■ DESCRIPTION OF THE TASK ■
Could you filter the material and copy every line where the word "Circle" occurs?

(Beginning of DATASET EXTRACT)

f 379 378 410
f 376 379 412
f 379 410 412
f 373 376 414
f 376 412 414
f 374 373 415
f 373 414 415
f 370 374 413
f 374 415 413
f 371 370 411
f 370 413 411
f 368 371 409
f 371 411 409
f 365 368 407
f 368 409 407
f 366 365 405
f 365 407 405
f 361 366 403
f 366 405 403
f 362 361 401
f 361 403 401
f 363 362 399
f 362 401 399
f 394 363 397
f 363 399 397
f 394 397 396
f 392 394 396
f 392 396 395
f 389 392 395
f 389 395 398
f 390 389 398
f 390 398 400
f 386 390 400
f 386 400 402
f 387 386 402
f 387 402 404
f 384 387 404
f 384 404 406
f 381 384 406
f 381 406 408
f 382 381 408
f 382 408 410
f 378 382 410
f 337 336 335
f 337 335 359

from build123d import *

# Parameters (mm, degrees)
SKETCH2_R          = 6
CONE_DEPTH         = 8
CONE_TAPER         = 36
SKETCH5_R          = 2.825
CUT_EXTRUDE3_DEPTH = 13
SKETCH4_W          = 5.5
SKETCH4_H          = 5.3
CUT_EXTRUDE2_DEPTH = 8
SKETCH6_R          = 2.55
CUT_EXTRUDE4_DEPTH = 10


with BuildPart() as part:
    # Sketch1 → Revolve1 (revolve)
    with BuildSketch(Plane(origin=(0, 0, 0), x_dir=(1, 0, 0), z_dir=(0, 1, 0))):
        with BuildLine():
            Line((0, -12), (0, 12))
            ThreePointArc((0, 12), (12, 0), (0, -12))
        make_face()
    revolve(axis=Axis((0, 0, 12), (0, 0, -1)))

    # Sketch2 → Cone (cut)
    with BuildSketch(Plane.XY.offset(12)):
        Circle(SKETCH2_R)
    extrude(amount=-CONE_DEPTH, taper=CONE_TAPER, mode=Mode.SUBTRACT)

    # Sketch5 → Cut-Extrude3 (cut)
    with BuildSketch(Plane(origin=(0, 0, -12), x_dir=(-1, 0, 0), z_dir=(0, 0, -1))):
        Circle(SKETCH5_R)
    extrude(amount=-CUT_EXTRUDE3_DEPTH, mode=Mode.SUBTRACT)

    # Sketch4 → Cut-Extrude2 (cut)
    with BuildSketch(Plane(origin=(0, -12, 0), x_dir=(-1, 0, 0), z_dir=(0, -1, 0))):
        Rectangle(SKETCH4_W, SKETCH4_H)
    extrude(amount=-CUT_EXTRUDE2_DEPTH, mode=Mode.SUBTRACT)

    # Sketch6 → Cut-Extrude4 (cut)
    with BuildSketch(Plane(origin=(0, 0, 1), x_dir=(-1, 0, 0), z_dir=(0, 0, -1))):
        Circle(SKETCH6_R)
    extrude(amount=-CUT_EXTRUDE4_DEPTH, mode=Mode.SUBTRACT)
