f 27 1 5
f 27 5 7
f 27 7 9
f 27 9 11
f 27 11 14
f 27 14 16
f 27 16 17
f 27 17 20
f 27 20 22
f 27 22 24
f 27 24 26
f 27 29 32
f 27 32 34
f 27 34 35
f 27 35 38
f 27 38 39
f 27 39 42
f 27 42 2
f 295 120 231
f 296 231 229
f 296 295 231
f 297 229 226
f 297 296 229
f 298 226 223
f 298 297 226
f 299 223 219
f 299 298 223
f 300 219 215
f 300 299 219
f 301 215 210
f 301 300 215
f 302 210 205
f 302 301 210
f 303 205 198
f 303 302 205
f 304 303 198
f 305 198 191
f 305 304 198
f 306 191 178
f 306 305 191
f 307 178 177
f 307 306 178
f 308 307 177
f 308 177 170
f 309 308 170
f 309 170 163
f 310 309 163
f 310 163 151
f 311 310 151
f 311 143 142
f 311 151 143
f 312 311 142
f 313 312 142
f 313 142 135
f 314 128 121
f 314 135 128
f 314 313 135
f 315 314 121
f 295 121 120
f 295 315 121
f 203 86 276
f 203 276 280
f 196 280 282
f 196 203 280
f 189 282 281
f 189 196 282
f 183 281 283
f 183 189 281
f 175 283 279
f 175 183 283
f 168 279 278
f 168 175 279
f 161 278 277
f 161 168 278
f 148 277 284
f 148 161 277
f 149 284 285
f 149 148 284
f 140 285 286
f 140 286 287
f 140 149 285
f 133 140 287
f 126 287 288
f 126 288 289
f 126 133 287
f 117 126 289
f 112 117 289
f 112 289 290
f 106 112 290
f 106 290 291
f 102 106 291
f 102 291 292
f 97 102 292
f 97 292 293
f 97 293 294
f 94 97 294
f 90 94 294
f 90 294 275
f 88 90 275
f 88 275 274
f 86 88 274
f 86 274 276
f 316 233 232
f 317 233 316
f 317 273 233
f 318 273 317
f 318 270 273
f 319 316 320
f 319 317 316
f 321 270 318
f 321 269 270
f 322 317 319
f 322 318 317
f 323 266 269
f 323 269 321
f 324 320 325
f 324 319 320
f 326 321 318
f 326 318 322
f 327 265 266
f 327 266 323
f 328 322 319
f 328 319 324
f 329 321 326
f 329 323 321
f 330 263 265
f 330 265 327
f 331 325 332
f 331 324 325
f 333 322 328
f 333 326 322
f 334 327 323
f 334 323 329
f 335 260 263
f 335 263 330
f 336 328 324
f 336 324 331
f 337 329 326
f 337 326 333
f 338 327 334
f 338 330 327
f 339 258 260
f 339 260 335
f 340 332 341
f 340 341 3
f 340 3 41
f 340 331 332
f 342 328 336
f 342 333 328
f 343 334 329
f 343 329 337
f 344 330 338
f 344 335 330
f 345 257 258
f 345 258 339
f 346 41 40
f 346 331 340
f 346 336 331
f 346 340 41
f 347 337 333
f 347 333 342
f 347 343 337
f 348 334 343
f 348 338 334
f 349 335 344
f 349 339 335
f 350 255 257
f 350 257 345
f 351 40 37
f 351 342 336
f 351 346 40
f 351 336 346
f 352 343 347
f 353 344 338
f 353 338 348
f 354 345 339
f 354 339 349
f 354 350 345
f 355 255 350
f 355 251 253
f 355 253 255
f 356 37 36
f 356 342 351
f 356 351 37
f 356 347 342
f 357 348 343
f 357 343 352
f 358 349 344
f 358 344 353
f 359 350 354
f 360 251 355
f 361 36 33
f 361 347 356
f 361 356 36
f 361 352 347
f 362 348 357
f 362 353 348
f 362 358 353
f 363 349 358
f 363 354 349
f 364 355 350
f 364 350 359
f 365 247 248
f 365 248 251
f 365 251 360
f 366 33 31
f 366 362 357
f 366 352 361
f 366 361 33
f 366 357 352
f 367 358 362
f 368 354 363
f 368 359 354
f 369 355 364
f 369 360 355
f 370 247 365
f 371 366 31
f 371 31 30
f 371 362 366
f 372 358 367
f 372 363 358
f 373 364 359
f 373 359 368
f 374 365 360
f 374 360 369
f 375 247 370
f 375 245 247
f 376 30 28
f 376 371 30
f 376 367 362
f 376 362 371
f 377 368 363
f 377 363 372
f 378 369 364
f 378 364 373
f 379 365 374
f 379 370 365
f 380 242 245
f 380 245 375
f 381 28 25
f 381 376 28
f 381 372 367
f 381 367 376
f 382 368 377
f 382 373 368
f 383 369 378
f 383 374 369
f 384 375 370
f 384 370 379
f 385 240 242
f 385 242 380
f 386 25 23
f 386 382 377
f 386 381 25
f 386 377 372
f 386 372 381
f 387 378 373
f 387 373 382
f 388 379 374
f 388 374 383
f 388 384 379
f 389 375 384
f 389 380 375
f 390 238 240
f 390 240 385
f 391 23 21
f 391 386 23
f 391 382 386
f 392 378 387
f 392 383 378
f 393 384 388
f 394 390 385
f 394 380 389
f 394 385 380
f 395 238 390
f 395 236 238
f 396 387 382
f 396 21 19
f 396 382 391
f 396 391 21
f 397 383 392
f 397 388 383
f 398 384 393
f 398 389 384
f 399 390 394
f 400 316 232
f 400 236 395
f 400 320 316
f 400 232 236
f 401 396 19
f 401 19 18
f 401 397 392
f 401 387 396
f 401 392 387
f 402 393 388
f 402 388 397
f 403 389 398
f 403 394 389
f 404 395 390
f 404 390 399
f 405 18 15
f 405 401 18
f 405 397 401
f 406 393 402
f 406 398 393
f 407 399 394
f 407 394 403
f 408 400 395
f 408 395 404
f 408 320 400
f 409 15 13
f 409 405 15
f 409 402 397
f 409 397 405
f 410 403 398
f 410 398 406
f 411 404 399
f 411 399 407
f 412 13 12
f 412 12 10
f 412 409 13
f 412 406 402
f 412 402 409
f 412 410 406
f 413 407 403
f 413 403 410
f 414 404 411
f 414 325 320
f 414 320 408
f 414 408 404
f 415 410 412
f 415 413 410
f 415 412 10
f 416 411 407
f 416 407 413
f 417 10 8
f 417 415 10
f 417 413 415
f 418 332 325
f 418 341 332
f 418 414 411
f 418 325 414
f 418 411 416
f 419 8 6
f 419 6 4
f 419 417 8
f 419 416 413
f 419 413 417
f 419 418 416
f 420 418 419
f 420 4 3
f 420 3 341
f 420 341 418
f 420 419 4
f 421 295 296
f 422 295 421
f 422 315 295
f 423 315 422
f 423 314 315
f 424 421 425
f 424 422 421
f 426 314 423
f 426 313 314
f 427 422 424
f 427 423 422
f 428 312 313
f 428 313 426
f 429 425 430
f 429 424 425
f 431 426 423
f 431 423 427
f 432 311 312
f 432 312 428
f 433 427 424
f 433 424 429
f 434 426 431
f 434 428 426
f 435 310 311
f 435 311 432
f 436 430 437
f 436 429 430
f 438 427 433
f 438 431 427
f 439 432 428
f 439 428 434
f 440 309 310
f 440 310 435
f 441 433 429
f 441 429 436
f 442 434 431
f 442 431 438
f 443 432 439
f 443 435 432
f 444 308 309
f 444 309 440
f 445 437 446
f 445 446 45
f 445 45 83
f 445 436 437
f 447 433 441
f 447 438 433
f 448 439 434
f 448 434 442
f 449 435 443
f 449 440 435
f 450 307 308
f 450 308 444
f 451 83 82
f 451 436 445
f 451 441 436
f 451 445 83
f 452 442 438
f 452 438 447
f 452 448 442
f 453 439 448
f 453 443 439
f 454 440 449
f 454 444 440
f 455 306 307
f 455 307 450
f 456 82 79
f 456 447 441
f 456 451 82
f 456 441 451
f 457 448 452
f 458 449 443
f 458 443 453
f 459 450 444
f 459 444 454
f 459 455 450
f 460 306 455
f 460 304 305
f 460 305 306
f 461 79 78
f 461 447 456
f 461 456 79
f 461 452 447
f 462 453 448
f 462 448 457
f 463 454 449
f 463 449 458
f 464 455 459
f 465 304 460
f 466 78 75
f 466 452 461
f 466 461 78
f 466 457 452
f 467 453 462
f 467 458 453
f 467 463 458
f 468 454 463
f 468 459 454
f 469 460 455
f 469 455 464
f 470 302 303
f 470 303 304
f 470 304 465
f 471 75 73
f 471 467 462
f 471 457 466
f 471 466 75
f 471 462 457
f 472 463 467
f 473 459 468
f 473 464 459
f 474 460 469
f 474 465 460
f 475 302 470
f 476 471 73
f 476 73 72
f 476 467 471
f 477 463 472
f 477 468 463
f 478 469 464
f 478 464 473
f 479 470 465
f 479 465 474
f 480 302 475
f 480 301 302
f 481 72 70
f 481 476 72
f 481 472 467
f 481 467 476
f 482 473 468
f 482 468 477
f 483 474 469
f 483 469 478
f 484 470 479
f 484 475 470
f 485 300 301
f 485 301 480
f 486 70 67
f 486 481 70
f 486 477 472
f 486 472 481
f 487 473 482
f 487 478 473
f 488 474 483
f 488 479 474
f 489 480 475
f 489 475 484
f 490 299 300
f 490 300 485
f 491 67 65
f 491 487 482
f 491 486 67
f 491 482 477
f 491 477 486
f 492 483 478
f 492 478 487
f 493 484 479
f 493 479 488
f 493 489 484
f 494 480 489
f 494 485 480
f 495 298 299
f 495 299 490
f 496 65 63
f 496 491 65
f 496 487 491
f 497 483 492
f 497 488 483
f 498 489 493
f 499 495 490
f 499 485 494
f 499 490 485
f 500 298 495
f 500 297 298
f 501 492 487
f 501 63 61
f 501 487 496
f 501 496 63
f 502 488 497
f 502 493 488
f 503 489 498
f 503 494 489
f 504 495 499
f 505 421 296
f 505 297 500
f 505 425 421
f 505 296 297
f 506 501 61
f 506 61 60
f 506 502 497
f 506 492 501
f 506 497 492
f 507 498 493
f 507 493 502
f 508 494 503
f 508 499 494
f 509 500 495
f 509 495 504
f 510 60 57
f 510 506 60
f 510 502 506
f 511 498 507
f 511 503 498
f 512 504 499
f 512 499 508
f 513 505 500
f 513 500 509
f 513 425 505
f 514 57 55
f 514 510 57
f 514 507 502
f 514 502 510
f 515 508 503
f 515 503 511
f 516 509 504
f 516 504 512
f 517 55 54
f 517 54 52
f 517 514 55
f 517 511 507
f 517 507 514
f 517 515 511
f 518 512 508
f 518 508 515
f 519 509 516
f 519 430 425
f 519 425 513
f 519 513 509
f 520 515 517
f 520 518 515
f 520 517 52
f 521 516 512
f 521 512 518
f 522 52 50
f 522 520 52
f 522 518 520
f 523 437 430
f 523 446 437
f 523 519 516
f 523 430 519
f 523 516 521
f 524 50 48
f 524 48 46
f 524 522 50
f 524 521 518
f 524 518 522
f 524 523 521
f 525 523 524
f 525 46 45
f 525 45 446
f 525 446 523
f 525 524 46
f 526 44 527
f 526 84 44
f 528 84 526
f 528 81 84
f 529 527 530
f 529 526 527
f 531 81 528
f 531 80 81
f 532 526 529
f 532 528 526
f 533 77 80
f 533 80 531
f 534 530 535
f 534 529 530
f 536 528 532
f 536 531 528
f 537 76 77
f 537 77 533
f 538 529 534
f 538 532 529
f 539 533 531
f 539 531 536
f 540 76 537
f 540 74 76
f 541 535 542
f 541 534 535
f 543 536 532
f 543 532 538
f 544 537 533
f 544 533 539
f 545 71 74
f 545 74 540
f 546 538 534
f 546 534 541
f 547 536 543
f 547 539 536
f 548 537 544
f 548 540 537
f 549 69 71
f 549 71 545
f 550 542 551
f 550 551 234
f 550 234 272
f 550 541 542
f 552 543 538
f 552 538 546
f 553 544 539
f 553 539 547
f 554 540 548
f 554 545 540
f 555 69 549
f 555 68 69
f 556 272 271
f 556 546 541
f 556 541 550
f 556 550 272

(End of DATASET EXTRACT)

■ EXPECTED ANSWER ■
        Circle(SKETCH2_R)
        Circle(SKETCH5_R)
        Circle(SKETCH6_R)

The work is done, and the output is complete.